Sons and Lovers became a popular and critical success for several reasons.
Many readers praised its accurate and moving depiction of working-class condi-
tions. They saw in its realistic detail the evidence for needed social change. Others welcomed its erotic frankness and saw it as a revolutionary fictional partner of the pioneering work of Dr. Sigmund Freud. Still others praised the book’s personal sides, its sensitive description of a young artist’s development.
Others were not so enthusiastic. They were disgusted by its explicit attention to sexual matters. Some thought the author too carried away by mystical ideas and overheated language. They also disliked the character of Paul, who has few of the self-sacrificing, noble traits associated with a hero.
You may have some of the same reactions, both positive and negative, to Sons and Lovers. You may also think the social and sexual problems of Paul and Clara and Miriam belong to a world long gone.
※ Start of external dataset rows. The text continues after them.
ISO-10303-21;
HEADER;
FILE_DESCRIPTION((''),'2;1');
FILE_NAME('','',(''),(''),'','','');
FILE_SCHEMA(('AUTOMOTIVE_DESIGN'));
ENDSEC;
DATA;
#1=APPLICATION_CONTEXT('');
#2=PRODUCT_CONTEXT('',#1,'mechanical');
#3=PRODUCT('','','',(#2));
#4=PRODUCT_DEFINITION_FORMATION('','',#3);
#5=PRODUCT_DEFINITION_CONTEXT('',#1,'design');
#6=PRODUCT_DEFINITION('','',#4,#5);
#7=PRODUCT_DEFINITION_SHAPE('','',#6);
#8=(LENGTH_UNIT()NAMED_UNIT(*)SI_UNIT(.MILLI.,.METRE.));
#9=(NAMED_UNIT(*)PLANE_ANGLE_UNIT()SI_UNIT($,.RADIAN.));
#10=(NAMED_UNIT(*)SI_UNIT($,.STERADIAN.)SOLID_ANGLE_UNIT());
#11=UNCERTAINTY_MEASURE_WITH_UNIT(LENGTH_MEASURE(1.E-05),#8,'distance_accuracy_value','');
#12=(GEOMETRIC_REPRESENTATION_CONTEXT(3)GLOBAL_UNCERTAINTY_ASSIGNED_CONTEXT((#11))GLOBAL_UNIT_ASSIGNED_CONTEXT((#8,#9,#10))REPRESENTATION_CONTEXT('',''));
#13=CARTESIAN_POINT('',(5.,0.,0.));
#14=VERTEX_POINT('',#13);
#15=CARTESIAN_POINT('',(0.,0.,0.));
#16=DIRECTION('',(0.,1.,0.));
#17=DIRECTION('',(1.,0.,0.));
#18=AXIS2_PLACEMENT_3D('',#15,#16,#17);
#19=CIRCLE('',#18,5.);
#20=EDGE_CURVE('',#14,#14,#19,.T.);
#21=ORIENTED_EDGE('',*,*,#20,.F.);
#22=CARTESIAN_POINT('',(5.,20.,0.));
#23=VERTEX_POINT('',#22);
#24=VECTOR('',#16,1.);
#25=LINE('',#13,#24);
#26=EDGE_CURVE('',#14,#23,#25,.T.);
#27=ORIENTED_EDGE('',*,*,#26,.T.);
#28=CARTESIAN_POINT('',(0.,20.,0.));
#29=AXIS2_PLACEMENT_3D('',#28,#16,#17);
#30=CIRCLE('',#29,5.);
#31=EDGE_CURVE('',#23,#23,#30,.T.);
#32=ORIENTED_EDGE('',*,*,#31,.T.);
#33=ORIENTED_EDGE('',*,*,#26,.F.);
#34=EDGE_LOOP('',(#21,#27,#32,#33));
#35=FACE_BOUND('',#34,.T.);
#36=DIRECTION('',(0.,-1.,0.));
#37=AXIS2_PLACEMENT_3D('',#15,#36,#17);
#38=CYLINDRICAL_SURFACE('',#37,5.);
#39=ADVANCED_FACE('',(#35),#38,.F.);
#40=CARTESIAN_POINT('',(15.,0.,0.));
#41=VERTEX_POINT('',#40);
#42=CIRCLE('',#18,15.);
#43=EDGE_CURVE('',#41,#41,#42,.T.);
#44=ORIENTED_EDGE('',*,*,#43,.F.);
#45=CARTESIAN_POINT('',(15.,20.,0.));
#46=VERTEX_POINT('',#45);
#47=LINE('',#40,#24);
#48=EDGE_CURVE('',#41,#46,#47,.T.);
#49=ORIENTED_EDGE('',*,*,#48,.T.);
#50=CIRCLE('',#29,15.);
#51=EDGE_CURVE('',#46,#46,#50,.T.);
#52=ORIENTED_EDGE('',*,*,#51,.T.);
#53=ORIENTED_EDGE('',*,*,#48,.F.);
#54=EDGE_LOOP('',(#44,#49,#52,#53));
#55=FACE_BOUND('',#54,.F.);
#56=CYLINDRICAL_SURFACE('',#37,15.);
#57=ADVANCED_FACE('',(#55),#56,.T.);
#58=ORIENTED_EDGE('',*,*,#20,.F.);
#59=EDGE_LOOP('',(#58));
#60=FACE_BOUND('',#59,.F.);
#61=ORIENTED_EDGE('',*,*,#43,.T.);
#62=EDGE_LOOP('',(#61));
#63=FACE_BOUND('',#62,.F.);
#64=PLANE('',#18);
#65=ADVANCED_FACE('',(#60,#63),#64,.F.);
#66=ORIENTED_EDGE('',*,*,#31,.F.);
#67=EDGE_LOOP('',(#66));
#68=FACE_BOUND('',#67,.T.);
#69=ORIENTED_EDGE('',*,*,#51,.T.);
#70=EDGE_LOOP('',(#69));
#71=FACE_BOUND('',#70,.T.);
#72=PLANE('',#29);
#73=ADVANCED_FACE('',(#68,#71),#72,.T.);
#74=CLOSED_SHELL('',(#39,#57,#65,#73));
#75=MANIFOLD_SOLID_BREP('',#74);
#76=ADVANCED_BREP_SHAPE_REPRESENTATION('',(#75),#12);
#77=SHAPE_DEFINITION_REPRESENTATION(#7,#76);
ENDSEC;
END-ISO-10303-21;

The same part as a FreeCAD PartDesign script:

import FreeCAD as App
import Part
import Sketcher

V = App.Vector

doc = App.newDocument("Part")
params = doc.addObject("Spreadsheet::Sheet", "Params")
for row, (alias, value) in enumerate([
    ("sketch1_diameter", "30 mm"),
    ("sketch1_diameter2", "10 mm"),
    ("pad1_length", "20 mm"),
], start=1):
    params.set(f"A{row}", alias)
    params.set(f"B{row}", "=" + value)
    params.setAlias(f"B{row}", alias)

body = doc.addObject("PartDesign::Body", "Body")

# Sketch on XZ plane
sketch1 = doc.addObject("Sketcher::SketchObject", "Sketch")
body.addObject(sketch1)
sketch1.AttachmentSupport = (doc.XZ_Plane, [""])
sketch1.MapMode = "FlatFace"
sketch1.addGeometry([
    Part.Circle(V(0, 0, 0), V(0, 0, 1), 15),
    Part.Circle(V(0, 0, 0), V(0, 0, 1), 5),
], False)
sketch1.addConstraint([
    Sketcher.Constraint("Coincident", 0, 3, -1, 1),
    Sketcher.Constraint("Coincident", 1, 3, -1, 1),
    Sketcher.Constraint("Diameter", 0, 30.0),
    Sketcher.Constraint("Diameter", 1, 10.0),
])
sketch1.setExpression("Constraints[2]", "Params.sketch1_diameter")
sketch1.setExpression("Constraints[3]", "Params.sketch1_diameter2")
pad1 = doc.addObject("PartDesign::Pad", "Pad")
body.addObject(pad1)
pad1.Profile = sketch1
pad1.setExpression("Length", "Params.pad1_length")
pad1.Reversed = True

doc.recompute()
But you may also feel that Paul’s struggle to grow up is familiar to all young people. You may experience this familiarity as you identify with Lawrence’s (and Paul Morel’s) own search for truth and meaning in life. The search is still not ended as Paul heads for the city at the book’s end. It’s doubtful that D. H. Lawrence ever ended his search. He died of tuberculosis in the south of France in 1930. Although only forty-four years old, he’d written thirteen novels and numerous stories, poems, and critical and travel essays. Both in his work and in his restless travels, Lawrence seems to have fulfilled the promise of his mother’s ambitions for him and made up for her drab years with his own exuberance and productivity. At the same time, his friends and colleagues were all struck by this physically fragile man’s amazing gusto for life, which he communicated in person as well as in his voluminous writings.